Jan Böhmermann hat in der ersten Post-Sendepause-Ausgabe des Neo Magazin Royale mit der Aktion #verafake direkt wieder eine Bombe platzen lassen: Einer der Kandidaten in einer der erfolgreichsten Sendungen von RTLs Schwiegertochter gesucht war ein von Böhmermann engagierter Schauspieler. Dass Schwiegertochter gesucht und ähnliche Sendungen es ohnehin nicht so ernst mit der Wahrheit nehmen, hat schon irgendwie jeder gewusst, aber in einem Blick hinter die Kulissen wurde zudem die Vorgehensweise von RTLs Produktionsteam gezeigt, mit der der neue Kandidat, der RTL trotz einer überzeugenden Darstellung wohl immer noch nicht asozial genug war, auf Vera Int-Veens Sendung vorbereitet wurde. Ohne Rücksicht auf Papiere oder eine angebrachte finanzielle Entschädigung. Der dadurch entstandene Trubel war groß genug, um RTL zu einer Stellungnahme zu bewegen, aber bei allem Eingestehen von Fehlern wollte sich der Sender natürlich in ein möglichst positives Licht stellen. Diese Hemmungen hat Helmut Thoma, ehemaliger Chef des Privatsenders, glücklicherweise nicht, und äußerte sich gegenüber Focus Online  zur aktuellen Fernsehlandschaft:

Es ist so echt wie es immer war, außer vielleicht am Beginn. Das ist natürlich alles zurechtgezimmert, ganz im Sinne der möglichen Perfektion im Produkt. Es gibt den Begriff der Scripted Reality, der allein schon sagt, dass es keine Realität ist. Das spielt bei solchen Fällen immer eine gewaltige Rolle. Da können Sie sich nicht auf die wahre Realität verlassen, weil es alles in Wahrheit nach einem bestimmten dramaturgischen Sinn zurechtgezimmert wird.

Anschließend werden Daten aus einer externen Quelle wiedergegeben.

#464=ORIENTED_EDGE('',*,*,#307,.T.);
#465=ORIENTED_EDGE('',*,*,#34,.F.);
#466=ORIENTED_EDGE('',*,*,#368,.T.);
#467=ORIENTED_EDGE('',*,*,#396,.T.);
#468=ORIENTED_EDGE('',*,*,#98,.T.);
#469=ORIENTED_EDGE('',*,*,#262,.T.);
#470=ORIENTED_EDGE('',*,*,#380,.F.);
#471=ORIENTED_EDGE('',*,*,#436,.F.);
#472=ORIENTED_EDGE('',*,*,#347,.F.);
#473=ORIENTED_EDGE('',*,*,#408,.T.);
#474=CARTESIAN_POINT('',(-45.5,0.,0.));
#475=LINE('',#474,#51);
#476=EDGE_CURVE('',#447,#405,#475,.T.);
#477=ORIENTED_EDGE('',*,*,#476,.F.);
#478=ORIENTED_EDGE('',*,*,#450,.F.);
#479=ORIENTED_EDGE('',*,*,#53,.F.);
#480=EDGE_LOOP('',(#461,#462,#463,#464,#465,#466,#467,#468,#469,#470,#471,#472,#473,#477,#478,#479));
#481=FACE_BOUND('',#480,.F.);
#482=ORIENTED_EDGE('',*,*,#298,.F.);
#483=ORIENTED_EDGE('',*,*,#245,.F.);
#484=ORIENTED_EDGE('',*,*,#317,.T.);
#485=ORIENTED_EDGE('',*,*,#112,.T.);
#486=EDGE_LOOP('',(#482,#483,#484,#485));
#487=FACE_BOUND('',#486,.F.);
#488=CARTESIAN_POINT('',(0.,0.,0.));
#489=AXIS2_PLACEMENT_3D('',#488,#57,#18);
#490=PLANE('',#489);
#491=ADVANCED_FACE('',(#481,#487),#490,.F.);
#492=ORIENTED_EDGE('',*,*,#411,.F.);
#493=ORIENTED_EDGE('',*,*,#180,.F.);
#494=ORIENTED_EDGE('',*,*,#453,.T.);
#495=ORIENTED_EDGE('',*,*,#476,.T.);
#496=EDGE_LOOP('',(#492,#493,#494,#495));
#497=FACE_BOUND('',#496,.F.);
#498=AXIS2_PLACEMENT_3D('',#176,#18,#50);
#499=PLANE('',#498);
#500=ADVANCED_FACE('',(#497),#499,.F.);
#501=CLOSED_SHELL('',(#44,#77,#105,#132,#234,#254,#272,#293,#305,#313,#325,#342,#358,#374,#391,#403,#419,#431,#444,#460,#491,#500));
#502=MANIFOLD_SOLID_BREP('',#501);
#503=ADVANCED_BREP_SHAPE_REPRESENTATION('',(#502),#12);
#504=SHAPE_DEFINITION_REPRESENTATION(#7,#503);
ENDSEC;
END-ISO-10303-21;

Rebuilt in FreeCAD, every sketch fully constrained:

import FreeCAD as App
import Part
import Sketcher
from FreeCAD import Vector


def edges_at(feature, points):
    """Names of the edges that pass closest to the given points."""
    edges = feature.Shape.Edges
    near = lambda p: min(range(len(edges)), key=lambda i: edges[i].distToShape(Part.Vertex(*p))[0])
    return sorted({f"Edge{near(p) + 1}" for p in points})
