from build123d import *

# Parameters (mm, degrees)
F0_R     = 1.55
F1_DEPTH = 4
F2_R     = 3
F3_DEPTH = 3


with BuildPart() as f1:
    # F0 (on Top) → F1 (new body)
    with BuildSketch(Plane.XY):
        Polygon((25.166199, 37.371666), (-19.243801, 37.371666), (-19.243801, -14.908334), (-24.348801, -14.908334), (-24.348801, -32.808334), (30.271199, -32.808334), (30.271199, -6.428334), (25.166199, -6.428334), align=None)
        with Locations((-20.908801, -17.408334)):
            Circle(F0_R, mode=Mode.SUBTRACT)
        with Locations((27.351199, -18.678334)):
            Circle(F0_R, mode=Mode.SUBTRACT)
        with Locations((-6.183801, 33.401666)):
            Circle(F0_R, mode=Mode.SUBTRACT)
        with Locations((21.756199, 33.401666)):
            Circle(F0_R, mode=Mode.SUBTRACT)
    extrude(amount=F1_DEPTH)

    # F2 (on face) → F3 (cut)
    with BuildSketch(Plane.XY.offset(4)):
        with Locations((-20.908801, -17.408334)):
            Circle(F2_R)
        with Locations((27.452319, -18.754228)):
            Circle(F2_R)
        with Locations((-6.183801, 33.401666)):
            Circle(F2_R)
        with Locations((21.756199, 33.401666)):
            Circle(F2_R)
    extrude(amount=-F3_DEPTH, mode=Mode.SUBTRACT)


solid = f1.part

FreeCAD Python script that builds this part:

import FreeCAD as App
import Part
import Sketcher
from FreeCAD import Vector
Q = App.Units.Quantity


def add_polygon(sketch, points):
    """Adds a closed chain of lines whose ends are joined by coincident constraints."""
    first, n = sketch.GeometryCount, len(points)
    for a, b in zip(points, points[1:] + points[:1]):
        sketch.addGeometry(Part.LineSegment(App.Vector(*a, 0), App.Vector(*b, 0)), False)
    for i in range(n):
        sketch.addConstraint(Sketcher.Constraint("Coincident", first + i, 2, first + (i + 1) % n, 1))

doc = App.newDocument("Part")
params = doc.addObject("Spreadsheet::Sheet", "Params")
for row, (alias, value) in enumerate([
    ("sketch1_diameter", "3.1 mm"),
    ("sketch1_height", "17.9 mm"),
    ("sketch1_height2", "43.8 mm"),
    ("sketch1_width", "44.41 mm"),
    ("sketch1_width2", "54.62 mm"),
    ("pad1_length", "4 mm"),
    ("sketch2_diameter", "6 mm"),
    ("pocket1_length", "3 mm"),
], start=1):
    params.set(f"A{row}", alias)
    params.set(f"B{row}", "=" + value)
    params.setAlias(f"B{row}", alias)

body = doc.addObject("PartDesign::Body", "Body")

sketch1 = doc.addObject("Sketcher::SketchObject", "Sketch")
body.addObject(sketch1)
sketch1.AttachmentSupport = (doc.XY_Plane, [""])
sketch1.MapMode = "FlatFace"
add_polygon(sketch1, [(25.2, 37.4), (-19.2, 37.4), (-19.2, -14.9), (-24.3, -14.9), (-24.3, -32.8), (30.3, -32.8), (30.3, -6.4), (25.2, -6.4)])
sketch1.addGeometry(Part.Circle(Vector(-20.9, -17.4, 0), Vector(0, 0, 1), 1.6), False)
sketch1.addGeometry(Part.Circle(Vector(27.4, -18.7, 0), Vector(0, 0, 1), 1.6), False)
sketch1.addGeometry(Part.Circle(Vector(-6.2, 33.4, 0), Vector(0, 0, 1), 1.6), False)
sketch1.addGeometry(Part.Circle(Vector(21.8, 33.4, 0), Vector(0, 0, 1), 1.6), False)
sketch1.addConstraint(Sketcher.Constraint("Horizontal", 0))
sketch1.addConstraint(Sketcher.Constraint("Vertical", 1))
sketch1.addConstraint(Sketcher.Constraint("Horizontal", 2))
sketch1.addConstraint(Sketcher.Constraint("Vertical", 3))
sketch1.addConstraint(Sketcher.Constraint("Horizontal", 4))
sketch1.addConstraint(Sketcher.Constraint("Vertical", 5))
sketch1.addConstraint(Sketcher.Constraint("Horizontal", 6))
sketch1.addConstraint(Sketcher.Constraint("Vertical", 7))
sketch1.addConstraint(Sketcher.Constraint("Equal", 8, 9))
sketch1.addConstraint(Sketcher.Constraint("Equal", 9, 10))
sketch1.addConstraint(Sketcher.Constraint("Equal", 10, 11))
sketch1.addConstraint(Sketcher.Constraint("Horizontal", 10, 3, 11, 3))
sketch1.addConstraint(Sketcher.Constraint("Equal", 2, 6))
sketch1.addConstraint(Sketcher.Constraint("Diameter", 8, Q("3.1 mm")))
sketch1.addConstraint(Sketcher.Constraint("DistanceY", 3, 2, 3, 1, Q("17.9 mm")))
sketch1.addConstraint(Sketcher.Constraint("DistanceY", 7, 1, 7, 2, Q("43.8 mm")))
sketch1.addConstraint(Sketcher.Constraint("DistanceX", 0, 2, 11, 3, Q("41 mm")))
sketch1.addConstraint(Sketcher.Constraint("DistanceX", 0, 2, 0, 1, Q("44.41 mm")))
sketch1.addConstraint(Sketcher.Constraint("DistanceX", 4, 1, 4, 2, Q("54.62 mm")))
sketch1.addConstraint(Sketcher.Constraint("DistanceY", 1, 2, 1, 1, Q("52.28 mm")))
sketch1.addConstraint(Sketcher.Constraint("DistanceY", 8, 3, 1, 2, Q("2.5 mm")))
sketch1.addConstraint(Sketcher.Constraint("DistanceX", 2, 2, 9, 3, Q("51.7 mm")))
sketch1.addConstraint(Sketcher.Constraint("DistanceX", 8, 3, 9, 3, Q("48.26 mm")))
sketch1.addConstraint(Sketcher.Constraint("DistanceY", 9, 3, 8, 3, Q("1.27 mm")))
sketch1.addConstraint(Sketcher.Constraint("DistanceY", 8, 3, 10, 3, Q("50.81 mm")))
sketch1.addConstraint(Sketcher.Constraint("DistanceX", 10, 3, 11, 3, Q("27.94 mm")))
sketch1.addConstraint(Sketcher.Constraint("DistanceX", 8, 3, -1, 1, Q("20.908801 mm")))
sketch1.addConstraint(Sketcher.Constraint("DistanceY", 8, 3, -1, 1, Q("17.408334 mm")))
sketch1.setExpression("Constraints[21]", "Params.sketch1_diameter")
sketch1.setExpression("Constraints[22]", "Params.sketch1_height")
sketch1.setExpression("Constraints[23]", "Params.sketch1_height2")
sketch1.setExpression("Constraints[25]", "Params.sketch1_width")
sketch1.setExpression("Constraints[26]", "Params.sketch1_width2")
pad1 = doc.addObject("PartDesign::Pad", "Pad")
body.addObject(pad1)
pad1.Profile = sketch1
pad1.setExpression("Length", "Params.pad1_length")

sketch2 = doc.addObject("Sketcher::SketchObject", "Sketch001")
body.addObject(sketch2)
sketch2.AttachmentSupport = (doc.XY_Plane, [""])
sketch2.MapMode = "FlatFace"
sketch2.AttachmentOffset = App.Placement(Vector(0, 0, 4), App.Rotation())
sketch2.addGeometry(Part.Circle(Vector(-20.9, -17.4, 0), Vector(0, 0, 1), 3), False)
sketch2.addGeometry(Part.Circle(Vector(27.5, -18.8, 0), Vector(0, 0, 1), 3), False)
sketch2.addGeometry(Part.Circle(Vector(-6.2, 33.4, 0), Vector(0, 0, 1), 3), False)
sketch2.addGeometry(Part.Circle(Vector(21.8, 33.4, 0), Vector(0, 0, 1), 3), False)
sketch2.addConstraint(Sketcher.Constraint("Equal", 0, 1))
sketch2.addConstraint(Sketcher.Constraint("Equal", 1, 2))
sketch2.addConstraint(Sketcher.Constraint("Equal", 2, 3))
sketch2.addConstraint(Sketcher.Constraint("Horizontal", 2, 3, 3, 3))
sketch2.addConstraint(Sketcher.Constraint("Diameter", 0, Q("6 mm")))
sketch2.addConstraint(Sketcher.Constraint("DistanceY", 0, 3, 2, 3, Q("50.81 mm")))
sketch2.addConstraint(Sketcher.Constraint("DistanceX", 2, 3, 3, 3, Q("27.94 mm")))
sketch2.addConstraint(Sketcher.Constraint("DistanceX", 0, 3, 2, 3, Q("14.725 mm")))
sketch2.addConstraint(Sketcher.Constraint("DistanceX", 0, 3, -1, 1, Q("20.908801 mm")))
sketch2.addConstraint(Sketcher.Constraint("DistanceX", -1, 1, 1, 3, Q("27.452319 mm")))
sketch2.addConstraint(Sketcher.Constraint("DistanceY", 1, 3, -1, 1, Q("18.754228 mm")))
sketch2.addConstraint(Sketcher.Constraint("DistanceY", 0, 3, -1, 1, Q("17.408334 mm")))
sketch2.setExpression("Constraints[4]", "Params.sketch2_diameter")
pocket1 = doc.addObject("PartDesign::Pocket", "Pocket")
body.addObject(pocket1)
pocket1.Profile = sketch2
pocket1.setExpression("Length", "Params.pocket1_length")

doc.recompute()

Ferner geht er auf die Beweggründe zur Entwicklung auf die aktuellen Programme ein. Auf die Frage, ob der Zuschauer verarscht werden will, und inwiefern sich die TV-Landschaft verändert habe, meint er:

Ja, der [Zuschauer] hat überhaupt nichts dagegen, solange es unterhaltsam ist. Was interessiert es ihn, ob das Wirklichkeit ist oder nicht? Das sind lauter Märchen. [...] Das ist nichts anderes als eine gewaltige Kosteneinsparung. Zu meiner Zeit bei RTL wäre das nicht möglich gewesen, denn da gab es zu starke Konkurrenz. Da ging es um jedes Prozent. Heute ist das völlig uninteressant, RTL hat sich stabilisiert, hat Sendungen die zum Teil auch uralt sind, wie „GZSZ“ oder „Cobra 11“. Das hat Sat.1 nicht, deshalb liegt der Sender die Reichweite betreffend hinter RTL. ProsiebenSat.1 verdient aber insgesamt trotzdem mehr, weil sie viele kleinere Programme haben. [...] Dennoch verdienen sich die beiden großen TV-Gruppen dumm und dämlich. Die Einnahmen steigen auch weiterhin, weil die Werbeindustrie weltweit behauptet, Fernsehwerbung sei das Optimum.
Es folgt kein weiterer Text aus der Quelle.